A prompt diagnosis and treatment has a great impact on the hearing prognosis of patients with AIED and thus has stimulated the search for specific markers of inner ear inflammation. The presence of autoantibodies is usually the first step in recognizing the autoimmune nature of a disease, but this is not enough as autoantibodies are also common in people without an autoimmune disease. In fact, autoantibodies against specific cochlear antigens have a low specificity for rapidly progressive sensorineural hearing loss. Although other localized autoimmune diseases such as pemphigus or cutaneous vasculitis are diagnosed by immunofluorescence in biopsied tissues, this is not possible in the case of AIED because an inner ear biopsy represents the destruction of the organ and its function.

The diagnosis of AIED is based fundamentally on clinical evaluation, the demonstration of a progressive sensorineural hearing loss in periodic audiological tests and a response to immunomodulatory drugs such as corticosteroids.

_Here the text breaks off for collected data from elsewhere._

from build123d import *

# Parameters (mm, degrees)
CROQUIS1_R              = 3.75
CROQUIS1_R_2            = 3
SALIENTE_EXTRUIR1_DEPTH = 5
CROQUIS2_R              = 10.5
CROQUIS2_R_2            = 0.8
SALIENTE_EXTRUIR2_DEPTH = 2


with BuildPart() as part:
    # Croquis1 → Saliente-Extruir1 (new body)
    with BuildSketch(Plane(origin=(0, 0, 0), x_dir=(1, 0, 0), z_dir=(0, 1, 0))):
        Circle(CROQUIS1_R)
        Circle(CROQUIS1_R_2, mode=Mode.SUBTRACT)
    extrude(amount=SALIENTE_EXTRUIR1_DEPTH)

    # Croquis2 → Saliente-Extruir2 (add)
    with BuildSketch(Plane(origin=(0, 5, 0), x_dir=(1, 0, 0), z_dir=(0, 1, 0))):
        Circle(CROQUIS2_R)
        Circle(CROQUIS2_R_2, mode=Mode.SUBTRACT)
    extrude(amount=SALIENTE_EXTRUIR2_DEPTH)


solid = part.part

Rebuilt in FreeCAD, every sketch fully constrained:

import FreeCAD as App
import Part
import Sketcher
from FreeCAD import Vector
Q = App.Units.Quantity

doc = App.newDocument("Part")
body = doc.addObject("PartDesign::Body", "Body")

sketch1 = body.newObject("Sketcher::SketchObject", "Sketch")
sketch1.AttachmentSupport = (doc.getObject("XZ_Plane"), [""])
sketch1.MapMode = "FlatFace"
sketch1.addGeometry([
    Part.Circle(Vector(0, 0, 0), Vector(0, 0, 1), 3.8),
    Part.Circle(Vector(0, 0, 0), Vector(0, 0, 1), 3),
], False)
sketch1.addConstraint([
    Sketcher.Constraint("Coincident", 0, 3, -1, 1),
    Sketcher.Constraint("Coincident", 1, 3, -1, 1),
    Sketcher.Constraint("Diameter", 1, Q("6 mm")),
    Sketcher.Constraint("Diameter", 0, Q("7.5 mm")),
])
pad1 = body.newObject("PartDesign::Pad", "Pad")
pad1.Profile = sketch1
pad1.Length = 5
pad1.Reversed = True

sketch2 = body.newObject("Sketcher::SketchObject", "Sketch001")
sketch2.AttachmentSupport = (doc.getObject("XZ_Plane"), [""])
sketch2.MapMode = "FlatFace"
sketch2.AttachmentOffset = App.Placement(Vector(0, 0, -5), App.Rotation())
sketch2.addGeometry([
    Part.Circle(Vector(0, 0, 0), Vector(0, 0, 1), 10.5),
    Part.Circle(Vector(0, 0, 0), Vector(0, 0, 1), 0.8),
], False)
sketch2.addConstraint([
    Sketcher.Constraint("Coincident", 0, 3, -1, 1),
    Sketcher.Constraint("Coincident", 1, 3, -1, 1),
    Sketcher.Constraint("Diameter", 0, Q("21 mm")),
    Sketcher.Constraint("Diameter", 1, Q("1.6 mm")),
])
pad2 = body.newObject("PartDesign::Pad", "Pad001")
pad2.Profile = sketch2
pad2.Length = 2
pad2.Reversed = True

doc.recompute()
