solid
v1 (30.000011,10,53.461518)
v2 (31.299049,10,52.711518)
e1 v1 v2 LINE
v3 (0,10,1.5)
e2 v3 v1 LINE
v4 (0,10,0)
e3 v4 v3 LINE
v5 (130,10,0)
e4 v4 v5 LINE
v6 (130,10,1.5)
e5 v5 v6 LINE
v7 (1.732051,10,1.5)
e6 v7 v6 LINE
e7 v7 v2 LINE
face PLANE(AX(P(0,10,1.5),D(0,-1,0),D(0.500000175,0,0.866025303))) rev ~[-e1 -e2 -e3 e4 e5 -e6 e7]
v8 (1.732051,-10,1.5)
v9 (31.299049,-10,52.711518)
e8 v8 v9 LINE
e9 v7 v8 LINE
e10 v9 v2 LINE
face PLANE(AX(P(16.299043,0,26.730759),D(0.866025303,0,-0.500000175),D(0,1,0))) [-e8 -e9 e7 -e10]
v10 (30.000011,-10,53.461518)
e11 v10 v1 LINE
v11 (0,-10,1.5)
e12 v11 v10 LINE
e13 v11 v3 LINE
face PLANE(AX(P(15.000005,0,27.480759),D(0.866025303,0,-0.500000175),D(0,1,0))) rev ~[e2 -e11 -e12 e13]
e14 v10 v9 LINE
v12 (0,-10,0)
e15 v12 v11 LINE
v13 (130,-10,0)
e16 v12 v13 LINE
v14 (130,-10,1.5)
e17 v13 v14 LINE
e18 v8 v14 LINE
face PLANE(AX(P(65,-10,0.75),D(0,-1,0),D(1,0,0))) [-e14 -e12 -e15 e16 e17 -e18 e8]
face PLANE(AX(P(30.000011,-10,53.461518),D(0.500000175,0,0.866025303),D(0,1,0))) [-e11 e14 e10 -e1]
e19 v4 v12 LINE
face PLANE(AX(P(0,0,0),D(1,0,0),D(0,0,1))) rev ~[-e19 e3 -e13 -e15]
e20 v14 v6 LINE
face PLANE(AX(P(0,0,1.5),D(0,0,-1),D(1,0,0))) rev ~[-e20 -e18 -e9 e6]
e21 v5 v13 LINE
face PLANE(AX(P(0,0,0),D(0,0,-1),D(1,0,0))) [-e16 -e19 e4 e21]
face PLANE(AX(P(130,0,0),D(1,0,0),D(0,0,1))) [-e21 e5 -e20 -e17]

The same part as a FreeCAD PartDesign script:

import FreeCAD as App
import Part
import Sketcher
from FreeCAD import Vector
Q = App.Units.Quantity


def add_polygon(sketch, points):
    """Adds a closed chain of lines whose ends are joined by coincident constraints."""
    first, n = sketch.GeometryCount, len(points)
    for a, b in zip(points, points[1:] + points[:1]):
        sketch.addGeometry(Part.LineSegment(App.Vector(*a, 0), App.Vector(*b, 0)), False)
    for i in range(n):
        sketch.addConstraint(Sketcher.Constraint("Coincident", first + i, 2, first + (i + 1) % n, 1))

doc = App.newDocument("Part")
body = doc.addObject("PartDesign::Body", "Body")

# Sketch on XZ plane
sketch1 = body.newObject("Sketcher::SketchObject", "Sketch")
sketch1.AttachmentSupport = (doc.getObject("XZ_Plane"), [""])
sketch1.MapMode = "FlatFace"
add_polygon(sketch1, [(0, 1.5), (0, 0), (130, 0), (130, 1.5)])  # lines 0-3
sketch1.addConstraint(Sketcher.Constraint("Vertical", 0))
sketch1.addConstraint(Sketcher.Constraint("Horizontal", 1))
sketch1.addConstraint(Sketcher.Constraint("Vertical", 2))
sketch1.addConstraint(Sketcher.Constraint("Horizontal", 3))
sketch1.addConstraint(Sketcher.Constraint("Coincident", 0, 2, -1, 1))
sketch1.addConstraint(Sketcher.Constraint("DistanceX", 1, 1, 1, 2, Q("130 mm")))
sketch1.addConstraint(Sketcher.Constraint("DistanceY", 0, 2, 0, 1, Q("1.5 mm")))
pad1 = body.newObject("PartDesign::Pad", "Pad")
pad1.Profile = sketch1
pad1.Length = 20
pad1.Midplane = True

# Sketch on an angled plane
sketch2 = body.newObject("Sketcher::SketchObject", "Sketch001")
sketch2.Placement = App.Placement(Vector(-0.649519, 0, 0.375), App.Rotation(Vector(0, 1, 0), Vector(0.500000175, 0, 0.866025303), Vector(0.866025303, 0, -0.500000175), "ZXY"))
add_polygon(sketch2, [(-10, 61.299038), (-10, 1.299038), (10, 1.299038), (10, 61.299038)])  # lines 0-3
sketch2.addConstraint(Sketcher.Constraint("Vertical", 0))
sketch2.addConstraint(Sketcher.Constraint("Horizontal", 1))
sketch2.addConstraint(Sketcher.Constraint("Vertical", 2))
sketch2.addConstraint(Sketcher.Constraint("Horizontal", 3))
sketch2.addConstraint(Sketcher.Constraint("DistanceX", 1, 1, 1, 2, Q("20 mm")))
sketch2.addConstraint(Sketcher.Constraint("DistanceY", 0, 2, 0, 1, Q("60 mm")))
sketch2.addConstraint(Sketcher.Constraint("DistanceX", 0, 2, -1, 1, Q("10 mm")))
sketch2.addConstraint(Sketcher.Constraint("DistanceY", -1, 1, 0, 2, Q("1.299038 mm")))
pad2 = body.newObject("PartDesign::Pad", "Pad001")
pad2.Profile = sketch2
pad2.Length = 1.5

doc.recompute()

Once other causes of sensorineural hearing loss have been ruled out, patients undergo a battery of non-specific test common to other autoimmune diseases: blood tests, biochemistry, erythrocyte sedimentation rate, etc. In certain cases, serological studies can detect some specific autoantibodies, but there are no immunological or serological tests that are specific or sensitive enough to establish a definitive diagnosis[18]. A summary of the main specific and non-specific autoantibodies found in AIED patients and experimental models is given in Table 1. Most studies deal with one or several autoantibodies and no single study has examined them all in the same population.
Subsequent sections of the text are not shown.